The Jackson Township Fire Department is experiencing a dropped-call of sorts now that a deal brokered with Motorola for upgraded emergency services communication equipment has been put on hold.
The department has to replace its collection of 20-year-old Motorola radios and get its communications system operating on a digital, rather than analog, bandwidth. The township requires the upgrade in order to have dependable communication equipment and be able to coordinate its system with other emergency services in the state.
Motorola reportedly made an offer to fire department officials that seemed to help them reach those goals. If the departments old radios fell within a certain serial number and memory capacity range, Motorola would replace them with new radios and for a fee, upgrade the new radios for digital capability.

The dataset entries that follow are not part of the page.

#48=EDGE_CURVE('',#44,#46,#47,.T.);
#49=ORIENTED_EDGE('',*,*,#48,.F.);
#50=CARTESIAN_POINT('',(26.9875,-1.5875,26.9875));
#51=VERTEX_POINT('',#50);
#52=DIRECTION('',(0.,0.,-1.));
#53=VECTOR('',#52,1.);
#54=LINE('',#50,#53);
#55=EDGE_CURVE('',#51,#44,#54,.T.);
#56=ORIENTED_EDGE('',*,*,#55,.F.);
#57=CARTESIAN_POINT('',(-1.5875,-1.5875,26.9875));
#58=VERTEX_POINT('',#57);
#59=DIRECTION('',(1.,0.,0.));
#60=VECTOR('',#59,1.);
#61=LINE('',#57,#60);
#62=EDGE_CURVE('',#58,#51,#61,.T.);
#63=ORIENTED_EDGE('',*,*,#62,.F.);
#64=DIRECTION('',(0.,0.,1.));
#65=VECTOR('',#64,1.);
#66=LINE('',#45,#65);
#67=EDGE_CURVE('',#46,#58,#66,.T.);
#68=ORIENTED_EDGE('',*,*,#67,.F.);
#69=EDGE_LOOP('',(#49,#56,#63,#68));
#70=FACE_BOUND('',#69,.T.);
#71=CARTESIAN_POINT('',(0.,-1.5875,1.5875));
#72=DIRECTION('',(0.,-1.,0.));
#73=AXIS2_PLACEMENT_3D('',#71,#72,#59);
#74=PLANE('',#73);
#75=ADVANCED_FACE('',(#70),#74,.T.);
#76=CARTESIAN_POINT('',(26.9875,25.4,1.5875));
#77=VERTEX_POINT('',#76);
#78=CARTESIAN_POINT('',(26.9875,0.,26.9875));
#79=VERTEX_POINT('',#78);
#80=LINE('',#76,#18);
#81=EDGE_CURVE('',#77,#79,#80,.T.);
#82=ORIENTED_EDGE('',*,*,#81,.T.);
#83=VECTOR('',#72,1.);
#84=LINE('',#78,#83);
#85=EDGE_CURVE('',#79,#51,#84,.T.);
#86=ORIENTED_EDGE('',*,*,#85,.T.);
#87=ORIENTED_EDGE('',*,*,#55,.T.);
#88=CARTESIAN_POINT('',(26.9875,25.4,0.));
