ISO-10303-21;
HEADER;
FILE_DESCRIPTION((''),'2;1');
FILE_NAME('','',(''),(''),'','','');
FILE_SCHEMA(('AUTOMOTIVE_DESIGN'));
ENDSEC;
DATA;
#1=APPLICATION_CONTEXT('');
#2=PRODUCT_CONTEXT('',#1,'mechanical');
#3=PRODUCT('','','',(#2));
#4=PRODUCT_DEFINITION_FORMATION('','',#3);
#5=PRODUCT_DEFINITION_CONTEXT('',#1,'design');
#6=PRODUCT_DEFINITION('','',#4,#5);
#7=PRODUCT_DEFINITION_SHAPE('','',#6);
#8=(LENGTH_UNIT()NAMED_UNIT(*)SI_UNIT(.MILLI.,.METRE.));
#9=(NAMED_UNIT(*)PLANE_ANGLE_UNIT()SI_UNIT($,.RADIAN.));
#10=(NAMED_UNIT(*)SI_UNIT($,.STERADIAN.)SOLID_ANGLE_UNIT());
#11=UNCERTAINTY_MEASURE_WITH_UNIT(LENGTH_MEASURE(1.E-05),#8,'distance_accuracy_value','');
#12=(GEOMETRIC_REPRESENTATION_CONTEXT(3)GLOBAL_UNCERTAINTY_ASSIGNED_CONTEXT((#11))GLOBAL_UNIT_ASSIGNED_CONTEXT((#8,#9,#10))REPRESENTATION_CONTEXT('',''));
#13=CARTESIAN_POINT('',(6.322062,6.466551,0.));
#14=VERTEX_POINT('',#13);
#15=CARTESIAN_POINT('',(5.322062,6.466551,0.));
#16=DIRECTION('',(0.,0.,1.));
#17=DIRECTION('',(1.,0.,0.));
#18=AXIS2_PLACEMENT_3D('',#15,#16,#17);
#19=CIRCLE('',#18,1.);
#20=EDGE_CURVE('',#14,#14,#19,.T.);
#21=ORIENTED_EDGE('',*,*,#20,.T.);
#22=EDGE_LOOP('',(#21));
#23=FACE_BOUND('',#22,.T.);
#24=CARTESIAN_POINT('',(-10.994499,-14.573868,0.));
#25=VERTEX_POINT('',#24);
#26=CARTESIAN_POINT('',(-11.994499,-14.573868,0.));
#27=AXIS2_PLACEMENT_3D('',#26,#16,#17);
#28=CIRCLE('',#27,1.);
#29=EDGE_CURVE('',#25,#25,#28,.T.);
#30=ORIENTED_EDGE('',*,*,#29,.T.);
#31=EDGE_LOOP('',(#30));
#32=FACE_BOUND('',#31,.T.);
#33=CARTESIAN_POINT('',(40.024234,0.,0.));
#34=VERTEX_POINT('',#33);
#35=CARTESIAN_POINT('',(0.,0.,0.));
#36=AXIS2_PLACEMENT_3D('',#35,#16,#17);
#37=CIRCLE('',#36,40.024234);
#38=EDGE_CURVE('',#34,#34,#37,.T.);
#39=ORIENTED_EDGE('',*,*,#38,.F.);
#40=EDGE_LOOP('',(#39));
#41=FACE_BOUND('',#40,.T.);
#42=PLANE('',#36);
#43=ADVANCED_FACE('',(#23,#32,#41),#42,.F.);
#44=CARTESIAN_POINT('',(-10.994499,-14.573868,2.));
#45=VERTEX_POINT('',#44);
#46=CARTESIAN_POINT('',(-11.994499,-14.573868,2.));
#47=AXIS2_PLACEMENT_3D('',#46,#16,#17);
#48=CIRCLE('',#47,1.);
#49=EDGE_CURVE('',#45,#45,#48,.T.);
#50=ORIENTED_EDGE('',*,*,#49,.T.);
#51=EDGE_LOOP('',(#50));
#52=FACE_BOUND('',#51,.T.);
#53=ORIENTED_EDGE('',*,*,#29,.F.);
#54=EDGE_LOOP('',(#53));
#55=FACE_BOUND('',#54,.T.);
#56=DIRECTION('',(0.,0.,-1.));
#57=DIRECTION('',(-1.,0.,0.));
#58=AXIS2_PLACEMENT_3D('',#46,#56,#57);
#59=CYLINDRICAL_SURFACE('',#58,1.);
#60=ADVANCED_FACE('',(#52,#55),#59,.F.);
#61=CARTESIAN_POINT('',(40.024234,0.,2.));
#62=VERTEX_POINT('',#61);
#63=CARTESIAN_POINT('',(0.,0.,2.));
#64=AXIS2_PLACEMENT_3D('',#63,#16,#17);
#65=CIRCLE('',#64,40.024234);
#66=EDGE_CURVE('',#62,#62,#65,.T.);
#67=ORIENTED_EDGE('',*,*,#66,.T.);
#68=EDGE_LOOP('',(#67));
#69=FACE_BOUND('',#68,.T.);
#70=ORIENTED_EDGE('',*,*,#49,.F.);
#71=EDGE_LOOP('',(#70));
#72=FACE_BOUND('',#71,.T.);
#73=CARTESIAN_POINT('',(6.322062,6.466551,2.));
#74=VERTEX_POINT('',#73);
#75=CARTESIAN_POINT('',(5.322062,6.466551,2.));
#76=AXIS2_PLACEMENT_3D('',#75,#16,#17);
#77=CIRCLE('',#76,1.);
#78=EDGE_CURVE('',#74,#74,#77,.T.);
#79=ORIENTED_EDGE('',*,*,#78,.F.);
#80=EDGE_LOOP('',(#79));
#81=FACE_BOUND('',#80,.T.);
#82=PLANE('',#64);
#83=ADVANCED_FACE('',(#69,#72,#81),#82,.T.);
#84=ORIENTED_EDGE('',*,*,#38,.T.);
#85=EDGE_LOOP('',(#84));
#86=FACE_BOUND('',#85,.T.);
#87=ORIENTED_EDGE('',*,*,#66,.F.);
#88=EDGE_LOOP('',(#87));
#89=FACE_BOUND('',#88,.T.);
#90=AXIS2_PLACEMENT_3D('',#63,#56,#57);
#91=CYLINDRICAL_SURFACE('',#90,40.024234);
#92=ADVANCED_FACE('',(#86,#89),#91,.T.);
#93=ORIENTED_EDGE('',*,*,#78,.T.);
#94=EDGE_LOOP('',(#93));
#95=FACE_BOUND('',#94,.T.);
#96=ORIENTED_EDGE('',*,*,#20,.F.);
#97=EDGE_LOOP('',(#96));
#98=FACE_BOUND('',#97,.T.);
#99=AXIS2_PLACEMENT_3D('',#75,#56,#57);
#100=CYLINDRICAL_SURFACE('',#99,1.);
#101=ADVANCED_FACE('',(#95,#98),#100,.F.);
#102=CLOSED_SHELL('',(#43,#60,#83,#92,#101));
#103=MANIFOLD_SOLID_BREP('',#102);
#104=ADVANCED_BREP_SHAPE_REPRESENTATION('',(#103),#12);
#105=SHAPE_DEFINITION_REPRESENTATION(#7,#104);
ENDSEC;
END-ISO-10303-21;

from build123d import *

# Parameters (mm, degrees)
SKETCH1_R           = 40.024233707
SKETCH1_R_2         = 1
BOSS_EXTRUDE1_DEPTH = 2


with BuildPart() as part:
    # Sketch1 → Boss-Extrude1 (new body)
    with BuildSketch(Plane.XY):
        Circle(SKETCH1_R)
        with Locations((5.322062489, 6.466550538)):
            Circle(SKETCH1_R_2, mode=Mode.SUBTRACT)
        with Locations((-11.994499043, -14.57386763)):
            Circle(SKETCH1_R_2, mode=Mode.SUBTRACT)
    extrude(amount=BOSS_EXTRUDE1_DEPTH)


solid = part.part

However, department officials were under the impression that the serial number requirement was the only criteria the radios must meet to qualify for a trade-in. It had its radios inspected for serial numbers, but not memory capacity, and made no mention of memory capacity to Motorola when it sought approval for the trade.
Thirty of the departments outdated radios met the serial number criteria and were initially qualified by Motorola as eligible to be swapped for 30 new radios. The township also agreed to upgrade the new radios to digital functionality for about $20,000.
According to township officials, without verifying whether or not the departments old radios met the memory capacity requirement, Motorola accepted a check from the township and shipped the new radios with the digital upgrades installed.
After later finding the departments old radios failed to meet the memory requirement for trade-in, Motorola revoked the agreement. Now, the township is back to square one, radios with no digital capability.
Motorola, the only bandwidth service provider available to the township, has offered to resolve the matter in one of two ways. The township can either return the new, digitally upgraded radios and get its money back, or it can purchase some or all of them at a 50 percent discount.
If the trustees decide to buy all 30 of the new radios and retain the digital upgrades they have already paid $20,000 for, the township would owe Motorola nearly $44,000.
The Jackson Township trustees plan to further investigate the matter.
More than half of the radios in current use were manufactured in 1993 and malfunction regularly. The trustees will discuss the upgrade at the May 22 board meeting.
In other news
•Grove City and Jackson Township have been nominated for an EMERALD Award for community excellence, a Solid Waste Authority of Central Ohio honor that recognizes an individual, group or communitys volunteer efforts promoting green practices in waste reduction and recycling.
The SWACO 7th annual Central Ohio EMERALD Awards ceremony and luncheon will be held from 11 a.m. to 1:30 p.m. May 22 at the Ohio Union on the campus of Ohio State University.
•Nuisance grass on neglected properties should begin to be addressed now that the board voted to revert to its former procedure for resolving complaints. Instead of waiting for board approval, Township Administer Mike Lilly would independently authorize nuisance grass mowing.
•The board has changed the time of its regularly scheduled meeting on May 22 from 7 p.m. to 4 p.m.